Here's a visual representation using Mermaid diagram syntax:

graph TD
    E[employees] --> ID[id: INT]
    E --> INFO[info: STRUCT]
    INFO --> P[personal: STRUCT]
    INFO --> W[work: STRUCT]
    
    P --> P1[name: STRING]
    P --> P2[age: INT]
    P --> P3[email: STRING]
    
    W --> W1[department: STRING]
    W --> W2[position: STRING]
    W --> W3[salary: DOUBLE]
    
    P1 --> PV1["John Smith"]
    P2 --> PV2[30]
    P3 --> PV3["john.smith@company.com"]
    
    W1 --> WV1["Engineering"]
    W2 --> WV2["Senior Developer"]
    W3 --> WV3[95000.00]
    
    style E fill:#f9f,stroke:#333
    style INFO fill:#bbf,stroke:#333
    style P fill:#dfd,stroke:#333
    style W fill:#dfd,stroke:#333

 

In this example, the STRUCT type creates a hierarchical structure where related data is organized in logical groups. The outer STRUCT 'info' contains two inner STRUCTs: 'personal' and 'work', each containing specific attributes about an employee.
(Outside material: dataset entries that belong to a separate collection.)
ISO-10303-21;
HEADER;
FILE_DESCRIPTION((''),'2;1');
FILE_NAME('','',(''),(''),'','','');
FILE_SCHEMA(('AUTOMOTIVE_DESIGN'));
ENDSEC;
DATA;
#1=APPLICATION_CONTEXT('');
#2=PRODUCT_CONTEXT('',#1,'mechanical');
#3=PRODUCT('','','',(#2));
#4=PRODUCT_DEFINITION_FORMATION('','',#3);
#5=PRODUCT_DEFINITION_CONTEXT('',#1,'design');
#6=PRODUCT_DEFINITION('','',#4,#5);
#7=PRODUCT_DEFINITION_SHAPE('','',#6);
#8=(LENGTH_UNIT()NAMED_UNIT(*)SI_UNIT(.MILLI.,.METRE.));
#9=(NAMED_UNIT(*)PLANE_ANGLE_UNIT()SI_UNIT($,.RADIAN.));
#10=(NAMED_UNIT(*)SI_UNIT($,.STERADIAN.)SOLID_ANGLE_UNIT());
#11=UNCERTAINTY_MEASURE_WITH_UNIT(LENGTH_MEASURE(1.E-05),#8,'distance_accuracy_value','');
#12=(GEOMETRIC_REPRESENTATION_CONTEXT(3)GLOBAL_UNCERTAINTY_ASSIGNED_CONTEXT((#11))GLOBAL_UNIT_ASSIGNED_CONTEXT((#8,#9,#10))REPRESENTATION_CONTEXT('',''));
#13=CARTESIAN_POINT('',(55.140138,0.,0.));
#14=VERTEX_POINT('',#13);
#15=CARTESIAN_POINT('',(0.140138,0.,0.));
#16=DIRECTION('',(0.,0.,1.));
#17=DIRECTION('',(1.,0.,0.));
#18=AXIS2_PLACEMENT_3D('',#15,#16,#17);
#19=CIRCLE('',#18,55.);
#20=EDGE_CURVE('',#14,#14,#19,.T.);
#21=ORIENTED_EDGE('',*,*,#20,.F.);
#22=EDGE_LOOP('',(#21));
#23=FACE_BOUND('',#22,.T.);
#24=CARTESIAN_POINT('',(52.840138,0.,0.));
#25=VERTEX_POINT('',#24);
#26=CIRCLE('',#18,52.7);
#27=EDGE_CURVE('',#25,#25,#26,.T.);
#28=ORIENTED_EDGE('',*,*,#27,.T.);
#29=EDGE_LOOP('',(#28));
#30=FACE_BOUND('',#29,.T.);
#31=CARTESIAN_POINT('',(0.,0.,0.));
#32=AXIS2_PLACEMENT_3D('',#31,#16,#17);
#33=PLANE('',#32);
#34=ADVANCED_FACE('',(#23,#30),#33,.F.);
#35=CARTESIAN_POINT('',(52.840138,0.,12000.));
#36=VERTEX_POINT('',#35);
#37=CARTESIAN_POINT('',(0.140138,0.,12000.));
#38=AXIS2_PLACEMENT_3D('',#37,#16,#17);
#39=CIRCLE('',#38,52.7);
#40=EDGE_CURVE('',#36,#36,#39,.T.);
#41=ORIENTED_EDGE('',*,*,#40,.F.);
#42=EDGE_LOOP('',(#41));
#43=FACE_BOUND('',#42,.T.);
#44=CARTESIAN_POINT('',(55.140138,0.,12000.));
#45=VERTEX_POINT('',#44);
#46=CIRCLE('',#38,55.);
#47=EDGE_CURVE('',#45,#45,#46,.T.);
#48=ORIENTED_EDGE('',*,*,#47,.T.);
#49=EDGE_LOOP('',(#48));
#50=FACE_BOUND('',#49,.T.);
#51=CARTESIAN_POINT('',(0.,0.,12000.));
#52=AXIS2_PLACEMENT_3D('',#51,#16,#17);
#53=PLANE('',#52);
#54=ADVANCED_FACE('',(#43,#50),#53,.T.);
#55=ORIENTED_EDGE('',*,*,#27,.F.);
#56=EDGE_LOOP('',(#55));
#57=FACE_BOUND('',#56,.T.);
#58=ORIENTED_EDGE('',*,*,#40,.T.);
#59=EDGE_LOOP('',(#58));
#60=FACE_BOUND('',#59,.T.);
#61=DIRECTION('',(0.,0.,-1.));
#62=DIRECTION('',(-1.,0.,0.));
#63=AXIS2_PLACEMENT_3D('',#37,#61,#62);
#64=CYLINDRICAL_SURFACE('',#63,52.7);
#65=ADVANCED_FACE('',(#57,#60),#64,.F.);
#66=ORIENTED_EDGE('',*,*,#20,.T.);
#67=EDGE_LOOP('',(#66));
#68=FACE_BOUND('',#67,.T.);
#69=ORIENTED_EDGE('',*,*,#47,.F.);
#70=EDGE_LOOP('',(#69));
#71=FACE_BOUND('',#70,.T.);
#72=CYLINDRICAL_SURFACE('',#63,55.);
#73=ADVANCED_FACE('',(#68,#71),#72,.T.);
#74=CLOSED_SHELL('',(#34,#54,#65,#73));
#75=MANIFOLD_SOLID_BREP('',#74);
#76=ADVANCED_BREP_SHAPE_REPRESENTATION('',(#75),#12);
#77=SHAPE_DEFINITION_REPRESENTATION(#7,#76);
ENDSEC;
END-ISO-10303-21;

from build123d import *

# Parameters (mm, degrees)
SKETCH1_R        = 55
SKETCH1_R_2      = 52.7
EXTRUSION1_DEPTH = 12000


with BuildPart() as part:
    # Sketch1 → Extrusion1 (new body)
    with BuildSketch(Plane.XY):
        with Locations((0.140137906, 0)):
            Circle(SKETCH1_R)
        with Locations((0.140137906, 0)):
            Circle(SKETCH1_R_2, mode=Mode.SUBTRACT)
    extrude(amount=EXTRUSION1_DEPTH)


solid = part.part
This organization makes it easier to manage and query related data fields together.

MapReduce Task Scheduling – Simplified Diagram

 

Here’s a simplified explanation of MapReduce task scheduling architecture:

graph TD
    A["Client Job Submission"] --> B["JobTracker"]
    B --> C["Resource Manager"]
    C --> D1["TaskTracker 1"]
    C --> D2["TaskTracker 2"]
    C --> D3["TaskTracker n"]
    D1 --> E1["Map Tasks"]
    D1 --> F1["Reduce Tasks"]
    D2 --> E2["Map Task (1 slot)"]
    D2 --> F2["Reduce Tasks (2 slots)"]
    D3 --> E3["Map Tasks"]
    D3 --> F3["Reduce Tasks"]

    %% Add descriptions
    style B fill:#90EE90
    style C fill:#FFB6C1
    style D1 fill:#87CEEB
    style D2 fill:#87CEEB
    style D3 fill:#87CEEB

 

Key components:

  • JobTracker: Central component that manages job scheduling and monitors progress
  • Resource Manager: Handles resource allocation across the cluster
  • TaskTrackers: Run on worker nodes, execute map and reduce tasks, and report status to JobTracker.
  • Map Tasks: Process input data in parallel, creating key-value pairs
  • Reduce Tasks: Aggregate and process mapped data to produce final output

This architecture enables distributed processing of large datasets across multiple nodes in a cluster, providing fault tolerance and scalability.